Жена поворачивается в дверях, смотрит серьёзно и решительно. Ильза вдыхает страх, а выдыхает надежду. В уголке её рта по-прежнему прячется поцелуй. Но Малкольм видит, что предназначен он не ему. Их сыну. Мальчику, который всё равно что мёртв. Тому, кто принесёт смерть в их дом. И она разыщет его и не оставит, даже если он будет мёртв уже по настоящему.

- Я повстречал Румпельштильцхена по дороге… В лугах.

Комментарий к Побег

*Каргана - род кустарника или низкорослых деревьев.

**Кнехт - безземельный крестьян, батрак.

========== Чёрный человек ==========

Мальчик летит или падает. Скорее второе, раз приземляться приходится не на облако, а в свою постель. Он жарко укрыт одеялами, натоплено дома чересчур сильно, и из-за висящего в воздухе дыма трудно дышать. По высокой спинке кровати прогуливается странный человечек чёрного цвета. «Кто это?» - думает Румпельштильцхен, и человечек словно слышит его мысли и раскланивается:

- Меня зовут Малкольм Храбрый… Позволь поинтересоваться твоим именем?

Своими манерами человечек напоминает комедиантов, в чьём фургоне умещались замки, драконы, морское дно, усеянное ракушками, и небо с пыльными ватными облаками. Они тоже кланялись — совсем не так, как обычно делали это у них в деревне, говорили путано и красиво, называли глазевший на зрелище народ «уважаемой публикой» и «доблестными господами и очаровательными дамами». Если человечек — комедиант, то следует похлопать в ладоши, а в конце представления бросить монетку. Мальчик ощупывает себя — он одет сорочку, в которой даже нет ни одного кармана… Да если бы и были, его единственная монета, подарок дедушки, лежала на дне сундука; дедушки уже нет, он умер - но монета - холодящий ладонь рыжий металлический кругляшок осталась на своём месте, Румпельштильцхен проверял.

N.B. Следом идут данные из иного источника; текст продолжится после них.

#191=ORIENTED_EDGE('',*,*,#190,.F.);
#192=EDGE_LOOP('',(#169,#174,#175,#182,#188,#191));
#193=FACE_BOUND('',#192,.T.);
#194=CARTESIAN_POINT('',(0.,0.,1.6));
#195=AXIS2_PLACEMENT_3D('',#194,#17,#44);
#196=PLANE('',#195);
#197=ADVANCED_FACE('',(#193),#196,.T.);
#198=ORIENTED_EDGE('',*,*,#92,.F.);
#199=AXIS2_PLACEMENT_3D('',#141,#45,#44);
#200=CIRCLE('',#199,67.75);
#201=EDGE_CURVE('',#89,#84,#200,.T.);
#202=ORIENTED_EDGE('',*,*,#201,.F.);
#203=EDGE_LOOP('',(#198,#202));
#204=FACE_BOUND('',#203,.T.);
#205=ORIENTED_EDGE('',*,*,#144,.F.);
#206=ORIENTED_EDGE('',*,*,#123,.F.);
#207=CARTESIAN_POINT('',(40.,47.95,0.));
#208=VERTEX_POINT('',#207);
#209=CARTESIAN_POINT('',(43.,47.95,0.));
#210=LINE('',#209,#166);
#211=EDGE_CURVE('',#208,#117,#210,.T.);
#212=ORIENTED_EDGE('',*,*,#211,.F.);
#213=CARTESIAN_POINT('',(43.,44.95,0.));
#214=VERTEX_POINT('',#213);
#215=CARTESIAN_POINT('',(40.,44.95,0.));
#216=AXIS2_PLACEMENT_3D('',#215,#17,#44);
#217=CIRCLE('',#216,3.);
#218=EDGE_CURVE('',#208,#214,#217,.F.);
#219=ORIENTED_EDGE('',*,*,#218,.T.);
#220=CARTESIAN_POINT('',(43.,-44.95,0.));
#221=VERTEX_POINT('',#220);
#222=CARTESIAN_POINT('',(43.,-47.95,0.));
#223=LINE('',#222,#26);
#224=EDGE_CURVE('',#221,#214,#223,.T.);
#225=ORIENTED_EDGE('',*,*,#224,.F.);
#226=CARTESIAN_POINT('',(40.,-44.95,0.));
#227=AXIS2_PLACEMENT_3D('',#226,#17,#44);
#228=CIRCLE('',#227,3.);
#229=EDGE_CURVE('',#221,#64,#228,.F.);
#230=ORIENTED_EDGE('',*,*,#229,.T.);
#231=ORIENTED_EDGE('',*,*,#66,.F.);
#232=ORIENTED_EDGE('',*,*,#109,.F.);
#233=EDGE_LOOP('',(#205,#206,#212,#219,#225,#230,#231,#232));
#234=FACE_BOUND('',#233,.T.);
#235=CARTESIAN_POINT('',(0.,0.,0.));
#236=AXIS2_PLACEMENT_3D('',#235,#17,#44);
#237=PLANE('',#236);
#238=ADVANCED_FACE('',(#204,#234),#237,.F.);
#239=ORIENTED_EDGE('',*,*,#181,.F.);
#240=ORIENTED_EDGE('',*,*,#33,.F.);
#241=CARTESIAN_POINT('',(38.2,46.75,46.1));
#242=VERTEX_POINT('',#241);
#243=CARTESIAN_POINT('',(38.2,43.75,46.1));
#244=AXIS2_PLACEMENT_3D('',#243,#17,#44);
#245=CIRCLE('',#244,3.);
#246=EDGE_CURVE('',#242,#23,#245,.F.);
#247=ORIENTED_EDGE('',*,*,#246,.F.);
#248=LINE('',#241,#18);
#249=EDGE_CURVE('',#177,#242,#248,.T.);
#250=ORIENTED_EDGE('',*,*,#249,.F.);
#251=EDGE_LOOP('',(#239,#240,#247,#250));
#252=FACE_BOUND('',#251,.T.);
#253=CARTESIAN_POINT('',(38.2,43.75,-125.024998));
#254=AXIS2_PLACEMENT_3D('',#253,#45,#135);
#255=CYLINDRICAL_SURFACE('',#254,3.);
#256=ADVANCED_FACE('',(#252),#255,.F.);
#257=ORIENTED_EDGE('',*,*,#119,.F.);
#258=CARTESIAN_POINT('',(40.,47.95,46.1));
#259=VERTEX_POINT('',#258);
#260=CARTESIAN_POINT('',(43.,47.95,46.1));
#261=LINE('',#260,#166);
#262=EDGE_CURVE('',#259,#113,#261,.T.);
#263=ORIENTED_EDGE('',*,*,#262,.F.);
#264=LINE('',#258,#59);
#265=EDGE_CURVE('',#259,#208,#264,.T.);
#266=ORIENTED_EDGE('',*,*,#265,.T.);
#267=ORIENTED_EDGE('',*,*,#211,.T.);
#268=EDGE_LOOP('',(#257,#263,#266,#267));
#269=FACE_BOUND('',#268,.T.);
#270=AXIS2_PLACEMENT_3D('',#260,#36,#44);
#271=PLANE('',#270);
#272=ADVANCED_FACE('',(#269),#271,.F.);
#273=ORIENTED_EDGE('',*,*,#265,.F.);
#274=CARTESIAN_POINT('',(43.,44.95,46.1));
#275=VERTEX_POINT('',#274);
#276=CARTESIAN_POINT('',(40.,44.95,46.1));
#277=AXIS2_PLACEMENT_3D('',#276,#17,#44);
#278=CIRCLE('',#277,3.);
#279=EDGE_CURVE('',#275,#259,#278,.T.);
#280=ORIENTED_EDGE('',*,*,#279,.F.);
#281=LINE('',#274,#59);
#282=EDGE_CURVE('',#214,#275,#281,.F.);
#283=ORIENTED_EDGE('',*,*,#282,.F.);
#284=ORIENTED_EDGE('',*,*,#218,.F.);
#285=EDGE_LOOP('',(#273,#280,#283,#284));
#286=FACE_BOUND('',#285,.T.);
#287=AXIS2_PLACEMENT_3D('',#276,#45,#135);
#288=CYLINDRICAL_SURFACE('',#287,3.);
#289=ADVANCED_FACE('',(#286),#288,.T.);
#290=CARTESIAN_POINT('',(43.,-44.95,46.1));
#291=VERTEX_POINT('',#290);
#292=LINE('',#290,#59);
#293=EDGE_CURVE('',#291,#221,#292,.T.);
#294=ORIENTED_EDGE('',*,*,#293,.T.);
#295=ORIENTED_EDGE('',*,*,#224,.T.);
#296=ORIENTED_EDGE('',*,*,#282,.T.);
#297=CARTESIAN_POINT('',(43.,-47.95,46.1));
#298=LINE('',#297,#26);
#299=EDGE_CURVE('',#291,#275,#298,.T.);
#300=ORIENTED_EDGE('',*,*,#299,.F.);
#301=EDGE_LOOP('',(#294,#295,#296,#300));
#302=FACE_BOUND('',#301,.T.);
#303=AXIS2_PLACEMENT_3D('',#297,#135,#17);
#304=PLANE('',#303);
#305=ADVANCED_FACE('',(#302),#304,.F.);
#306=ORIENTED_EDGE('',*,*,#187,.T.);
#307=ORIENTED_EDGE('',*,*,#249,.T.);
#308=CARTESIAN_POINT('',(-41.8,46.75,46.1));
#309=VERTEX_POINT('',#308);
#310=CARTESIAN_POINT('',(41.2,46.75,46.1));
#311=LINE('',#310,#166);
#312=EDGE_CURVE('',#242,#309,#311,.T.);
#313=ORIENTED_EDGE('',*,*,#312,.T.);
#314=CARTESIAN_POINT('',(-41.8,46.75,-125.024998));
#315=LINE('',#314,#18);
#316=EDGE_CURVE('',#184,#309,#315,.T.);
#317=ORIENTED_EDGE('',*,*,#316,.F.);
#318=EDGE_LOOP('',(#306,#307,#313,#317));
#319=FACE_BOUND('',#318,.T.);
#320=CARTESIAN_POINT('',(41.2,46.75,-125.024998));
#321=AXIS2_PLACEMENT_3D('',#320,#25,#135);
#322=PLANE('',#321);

- Так и будешь молчать или всё-таки представишься? - человечек спрыгивает со спинки кровати, но не достигает пола, а зависает в воздухе и садится на пустоту, словно на стул.

- Румпель… и-Румпельштильцхен, - мальчик не хочет, чтобы тот счёл его имя слишком коротким, ведь его собеседника зовут словно короля… или как его отца - «Малкольм», но титула или фамилии у папы не было. Иногда к отцовскому имени прибавляли ещё одно слово, но лишь тогда, когда самого не было поблизости. Чужак. Чужак Малкольм, вот как его называли. Когда Румпель спросил у мамы почему, она велела «только не приставать с этим к отцу» и объяснила, что слово означает лишь то, что папа родился не в их деревне и даже не в Пограничье. «Храбрый», - так действительно могут звать короля, или рыцаря, герцога или барона. Но на рыцаря человечек не похож… больше на волшебство или на сон.

Чёрный человечек кивает ему и откидывается на спинку невидимого стула:

- Вот так нет! Никакой я не сон.

- Ты читаешь мысли?

- Твои — да.

- А почему ты чёрный?

- Слишком много вопросов, тебе не кажется?

Чёрный человечек зевает, словно хочет спать или просто заскучал в его обществе. Но не уходит, а приближается, усевшись на кровать и погрузившись в долгое молчание. Мальчику не кажется, что вопросов слишком много, напротив, он задал их гораздо меньше, чем вертелось на языке и ни на один не получил ясного ответа.